As reported yesterday, Ontario’s auditor general, Bonnie Lysyk released a report yesterday on the Liberal government’s 25 per cent cuts to hydro bills and as expected the findings were NOT good.
Lysyk investigated the financing of what the Ontario Liberals call the “Fair Hydro Plan.” The plan has reduced the average household electricity bill in the province by 25 per cent from the peak in the summer of 2016 which sounds great…until you dig deeper.
The findings indicated that improper accounting practises aimed to cover up what was really going on with the “savings” for Ontarians that are in essence short term savings with long term implications. It goes on to say that the Wynne government created a “needlessly complex” scheme to pay for its hydro rate cuts without showing the costs on its own bottom line. (Lysk pictured below)
This complexity includes the government “improperly” accounting for the $26 billion in debt the province is taking on to cut hydro bills in the short term. The $26 billion is actually being borrowed through Ontario Power Generation, so will not appear on the province’s books. Electricity customers will pay off that debt through rate increases spread out over the next 30 years. ..and that will cost big time.
How much will it cost? Well, the auditor says the plan could also result in Ontarians paying “up to $4 billion more than necessary” in interest.
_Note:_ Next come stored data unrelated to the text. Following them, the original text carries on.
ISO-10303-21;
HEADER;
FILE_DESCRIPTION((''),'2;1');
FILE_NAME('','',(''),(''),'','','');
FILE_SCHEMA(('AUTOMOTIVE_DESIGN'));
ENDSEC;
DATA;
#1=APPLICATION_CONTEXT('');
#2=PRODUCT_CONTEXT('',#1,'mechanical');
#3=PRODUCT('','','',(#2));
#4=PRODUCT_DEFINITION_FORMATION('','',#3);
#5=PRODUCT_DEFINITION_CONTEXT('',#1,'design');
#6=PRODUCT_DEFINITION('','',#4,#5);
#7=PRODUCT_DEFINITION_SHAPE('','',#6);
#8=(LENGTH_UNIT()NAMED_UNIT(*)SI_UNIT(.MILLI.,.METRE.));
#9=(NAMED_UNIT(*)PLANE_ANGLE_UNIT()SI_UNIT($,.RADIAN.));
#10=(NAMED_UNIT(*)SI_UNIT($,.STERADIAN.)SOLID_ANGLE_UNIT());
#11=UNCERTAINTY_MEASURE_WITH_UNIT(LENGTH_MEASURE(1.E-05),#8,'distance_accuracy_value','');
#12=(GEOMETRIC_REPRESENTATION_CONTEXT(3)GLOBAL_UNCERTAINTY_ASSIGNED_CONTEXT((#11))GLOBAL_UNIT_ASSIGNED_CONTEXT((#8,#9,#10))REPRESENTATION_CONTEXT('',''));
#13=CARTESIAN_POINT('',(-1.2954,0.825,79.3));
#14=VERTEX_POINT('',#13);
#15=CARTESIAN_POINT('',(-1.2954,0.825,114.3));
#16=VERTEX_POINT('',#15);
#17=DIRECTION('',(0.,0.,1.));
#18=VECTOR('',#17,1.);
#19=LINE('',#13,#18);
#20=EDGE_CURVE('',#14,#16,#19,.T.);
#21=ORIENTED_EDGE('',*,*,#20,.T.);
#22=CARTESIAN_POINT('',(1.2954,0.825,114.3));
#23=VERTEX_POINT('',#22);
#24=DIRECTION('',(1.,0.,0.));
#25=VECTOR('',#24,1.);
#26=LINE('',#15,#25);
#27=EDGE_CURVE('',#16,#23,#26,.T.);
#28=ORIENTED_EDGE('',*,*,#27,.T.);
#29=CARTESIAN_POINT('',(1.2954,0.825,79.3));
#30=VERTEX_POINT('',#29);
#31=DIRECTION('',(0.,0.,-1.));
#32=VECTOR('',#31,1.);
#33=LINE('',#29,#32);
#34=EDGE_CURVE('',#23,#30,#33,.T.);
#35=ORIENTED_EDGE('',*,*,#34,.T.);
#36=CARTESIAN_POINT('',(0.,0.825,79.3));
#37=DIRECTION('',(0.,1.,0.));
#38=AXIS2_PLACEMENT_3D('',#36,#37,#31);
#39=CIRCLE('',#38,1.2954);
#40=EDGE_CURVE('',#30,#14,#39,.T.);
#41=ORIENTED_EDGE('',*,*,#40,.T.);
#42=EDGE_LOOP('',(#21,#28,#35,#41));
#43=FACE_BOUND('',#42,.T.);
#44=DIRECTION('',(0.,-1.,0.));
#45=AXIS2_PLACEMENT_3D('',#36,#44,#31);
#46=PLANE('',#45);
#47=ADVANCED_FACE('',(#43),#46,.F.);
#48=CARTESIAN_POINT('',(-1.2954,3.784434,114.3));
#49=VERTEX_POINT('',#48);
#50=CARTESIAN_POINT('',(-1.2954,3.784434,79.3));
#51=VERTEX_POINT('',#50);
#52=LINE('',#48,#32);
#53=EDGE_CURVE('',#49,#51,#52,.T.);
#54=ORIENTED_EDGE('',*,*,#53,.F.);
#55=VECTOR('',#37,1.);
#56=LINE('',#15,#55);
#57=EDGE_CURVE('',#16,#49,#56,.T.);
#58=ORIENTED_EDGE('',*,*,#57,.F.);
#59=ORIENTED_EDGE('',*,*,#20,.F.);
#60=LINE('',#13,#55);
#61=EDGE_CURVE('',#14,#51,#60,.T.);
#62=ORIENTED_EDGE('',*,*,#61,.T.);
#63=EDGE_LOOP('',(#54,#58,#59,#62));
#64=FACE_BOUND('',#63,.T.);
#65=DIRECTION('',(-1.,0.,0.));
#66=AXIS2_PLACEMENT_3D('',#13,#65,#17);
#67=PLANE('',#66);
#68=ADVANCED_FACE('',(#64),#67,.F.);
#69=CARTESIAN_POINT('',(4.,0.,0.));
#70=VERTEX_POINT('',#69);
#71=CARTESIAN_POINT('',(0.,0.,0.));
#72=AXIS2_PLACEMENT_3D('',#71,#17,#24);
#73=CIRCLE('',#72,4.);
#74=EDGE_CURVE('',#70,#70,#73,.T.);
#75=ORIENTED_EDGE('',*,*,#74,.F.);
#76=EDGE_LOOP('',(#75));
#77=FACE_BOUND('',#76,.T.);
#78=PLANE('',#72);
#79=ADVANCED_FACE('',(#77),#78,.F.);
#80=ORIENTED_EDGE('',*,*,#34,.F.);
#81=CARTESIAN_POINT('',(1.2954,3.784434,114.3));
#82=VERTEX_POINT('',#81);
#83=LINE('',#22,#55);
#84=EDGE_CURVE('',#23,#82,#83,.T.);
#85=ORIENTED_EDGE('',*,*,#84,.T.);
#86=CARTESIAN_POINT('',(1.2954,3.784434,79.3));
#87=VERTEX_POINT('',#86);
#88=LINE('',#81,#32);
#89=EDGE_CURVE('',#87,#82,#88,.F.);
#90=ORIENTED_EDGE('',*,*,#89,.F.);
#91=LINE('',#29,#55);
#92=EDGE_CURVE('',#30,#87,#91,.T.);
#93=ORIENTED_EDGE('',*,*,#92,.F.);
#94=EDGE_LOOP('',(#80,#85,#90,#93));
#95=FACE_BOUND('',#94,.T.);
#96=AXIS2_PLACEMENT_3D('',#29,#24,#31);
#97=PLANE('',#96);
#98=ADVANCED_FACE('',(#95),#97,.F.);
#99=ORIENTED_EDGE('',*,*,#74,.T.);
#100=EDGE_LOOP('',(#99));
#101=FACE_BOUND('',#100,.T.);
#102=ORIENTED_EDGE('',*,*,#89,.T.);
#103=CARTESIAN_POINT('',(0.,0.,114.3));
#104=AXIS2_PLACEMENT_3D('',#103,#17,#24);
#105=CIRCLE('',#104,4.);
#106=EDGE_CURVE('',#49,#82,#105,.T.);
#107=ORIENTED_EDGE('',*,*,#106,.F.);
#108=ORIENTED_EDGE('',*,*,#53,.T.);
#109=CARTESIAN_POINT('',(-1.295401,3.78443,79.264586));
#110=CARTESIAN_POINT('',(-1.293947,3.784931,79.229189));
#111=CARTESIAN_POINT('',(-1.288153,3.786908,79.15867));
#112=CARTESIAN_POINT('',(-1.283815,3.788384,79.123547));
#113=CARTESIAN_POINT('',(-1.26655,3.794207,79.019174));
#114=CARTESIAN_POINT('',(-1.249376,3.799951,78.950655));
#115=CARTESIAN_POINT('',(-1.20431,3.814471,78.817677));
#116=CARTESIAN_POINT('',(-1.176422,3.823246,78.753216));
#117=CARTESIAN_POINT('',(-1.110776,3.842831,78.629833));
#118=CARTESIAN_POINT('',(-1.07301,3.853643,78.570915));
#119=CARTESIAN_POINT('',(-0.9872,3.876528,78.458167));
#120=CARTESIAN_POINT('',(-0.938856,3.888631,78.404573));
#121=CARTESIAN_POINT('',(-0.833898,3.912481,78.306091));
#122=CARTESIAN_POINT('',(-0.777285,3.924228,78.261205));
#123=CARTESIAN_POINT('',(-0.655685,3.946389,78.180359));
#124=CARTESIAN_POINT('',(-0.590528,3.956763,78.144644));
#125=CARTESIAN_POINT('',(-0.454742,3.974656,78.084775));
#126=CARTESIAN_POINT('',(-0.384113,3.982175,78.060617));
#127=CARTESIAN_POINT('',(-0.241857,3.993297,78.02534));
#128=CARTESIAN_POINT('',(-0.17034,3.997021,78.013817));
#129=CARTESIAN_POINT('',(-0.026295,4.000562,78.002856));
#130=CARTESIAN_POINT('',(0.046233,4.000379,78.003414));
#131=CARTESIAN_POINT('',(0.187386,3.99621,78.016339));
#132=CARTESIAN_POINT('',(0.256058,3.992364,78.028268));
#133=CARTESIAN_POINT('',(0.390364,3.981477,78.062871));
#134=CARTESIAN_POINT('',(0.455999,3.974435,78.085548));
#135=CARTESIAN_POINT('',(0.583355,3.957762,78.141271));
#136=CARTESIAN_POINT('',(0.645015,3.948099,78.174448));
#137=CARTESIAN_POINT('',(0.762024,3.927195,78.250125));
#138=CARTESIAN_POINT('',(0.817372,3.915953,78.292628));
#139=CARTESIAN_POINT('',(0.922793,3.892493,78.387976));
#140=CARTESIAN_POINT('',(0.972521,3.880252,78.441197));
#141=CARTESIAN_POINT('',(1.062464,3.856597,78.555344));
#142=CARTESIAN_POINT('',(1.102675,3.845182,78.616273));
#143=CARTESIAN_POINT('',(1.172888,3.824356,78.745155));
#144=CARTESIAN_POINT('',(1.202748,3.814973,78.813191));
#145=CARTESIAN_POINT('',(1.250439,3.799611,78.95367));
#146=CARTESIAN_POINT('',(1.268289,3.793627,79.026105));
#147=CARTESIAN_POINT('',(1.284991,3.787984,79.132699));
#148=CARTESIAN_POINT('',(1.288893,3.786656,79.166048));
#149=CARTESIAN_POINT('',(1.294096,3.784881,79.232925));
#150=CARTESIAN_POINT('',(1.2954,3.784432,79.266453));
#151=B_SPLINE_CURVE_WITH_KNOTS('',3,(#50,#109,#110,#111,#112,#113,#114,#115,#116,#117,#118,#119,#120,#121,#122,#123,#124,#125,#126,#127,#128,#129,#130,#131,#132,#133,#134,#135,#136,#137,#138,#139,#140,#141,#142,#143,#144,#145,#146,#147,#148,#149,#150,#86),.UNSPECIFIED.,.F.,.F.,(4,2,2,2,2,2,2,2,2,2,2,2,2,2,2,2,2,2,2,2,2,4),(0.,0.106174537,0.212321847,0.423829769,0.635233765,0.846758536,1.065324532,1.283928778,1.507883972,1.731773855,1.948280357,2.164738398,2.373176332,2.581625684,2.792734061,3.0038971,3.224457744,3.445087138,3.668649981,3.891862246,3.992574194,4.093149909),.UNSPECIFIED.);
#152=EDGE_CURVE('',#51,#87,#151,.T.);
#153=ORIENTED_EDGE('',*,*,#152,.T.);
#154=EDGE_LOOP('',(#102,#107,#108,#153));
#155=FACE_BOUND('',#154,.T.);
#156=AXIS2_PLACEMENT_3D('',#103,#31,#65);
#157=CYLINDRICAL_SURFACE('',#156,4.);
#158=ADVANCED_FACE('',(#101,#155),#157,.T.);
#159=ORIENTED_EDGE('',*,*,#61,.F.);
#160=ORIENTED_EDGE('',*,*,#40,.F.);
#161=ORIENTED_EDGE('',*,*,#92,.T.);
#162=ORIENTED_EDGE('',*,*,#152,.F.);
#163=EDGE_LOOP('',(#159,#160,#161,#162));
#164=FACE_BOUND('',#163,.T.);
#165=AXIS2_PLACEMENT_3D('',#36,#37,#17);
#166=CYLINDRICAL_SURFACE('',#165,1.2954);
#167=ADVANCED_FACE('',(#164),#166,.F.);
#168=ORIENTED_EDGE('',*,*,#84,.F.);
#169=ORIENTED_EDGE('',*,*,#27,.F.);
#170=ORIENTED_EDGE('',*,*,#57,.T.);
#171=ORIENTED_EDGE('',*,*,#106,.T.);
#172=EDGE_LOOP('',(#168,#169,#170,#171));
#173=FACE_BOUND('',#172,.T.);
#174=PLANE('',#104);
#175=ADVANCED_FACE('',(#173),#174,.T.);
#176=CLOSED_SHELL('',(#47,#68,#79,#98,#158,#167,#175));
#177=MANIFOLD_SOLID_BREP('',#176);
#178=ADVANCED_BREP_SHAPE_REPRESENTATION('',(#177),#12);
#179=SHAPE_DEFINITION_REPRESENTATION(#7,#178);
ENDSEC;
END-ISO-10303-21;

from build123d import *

# Parameters (mm, degrees)
SKETCH1_R           = 4
BOSS_EXTRUDE1_DEPTH = 114.3
BOSS_EXTRUDE2_DEPTH = 35
CUT_EXTRUDE1_DEPTH  = 5.596433308


with BuildPart() as part:
    # Sketch1 → Boss-Extrude1 (new body)
    with BuildSketch(Plane.XY):
        Circle(SKETCH1_R)
    extrude(amount=BOSS_EXTRUDE1_DEPTH)

    # Sketch2 → Boss-Extrude2 (add)
    with BuildSketch(Plane.XY.offset(114.3)):
        Polygon((-1.2954, 3.421433318), (-1.2954, 6.421433318), (1.2954, 6.421433318), (1.2954, 3.421433318), (1.2954, 0.825), (0, 0.825), (-1.2954, 0.825), align=None)
    extrude(amount=-BOSS_EXTRUDE2_DEPTH)

    # Sketch3 → Cut-Extrude1 (cut)
    with BuildSketch(Plane(origin=(0, 6.421433318, 0), x_dir=(1, 0, 0), z_dir=(0, 1, 0))):
        with BuildLine():
            Line((-1.2954, -79.3), (-1.2954, -114.3))
            Line((-1.2954, -114.3), (1.2954, -114.3))
            Line((1.2954, -114.3), (1.2954, -79.3))
            ThreePointArc((1.2954, -79.3), (0, -78.0046), (-1.2954, -79.3))
        make_face()
    extrude(amount=-CUT_EXTRUDE1_DEPTH, mode=Mode.SUBTRACT)


solid = part.part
That’s because OPG will be required to pay higher interest rates than the province would if the government took on the debt directly.
On top of this, the rate cut we currently have won’t last says Lysyk. “From 2028 on, ratepayers will be charged more than the actual cost of the electricity being produced in order to pay back the borrowings,” she said in the report.
“The improper accounting also inappropriately transfers long-term accountability for significantly higher electricity bills to future governments,” writes Lysyk. “Future governments will have to explain to ratepayers why electricity rates charged in 2028 and beyond exceed the actual cost of electricity.”
The Wynne government is already trying to dismiss all of the auditor’s findings.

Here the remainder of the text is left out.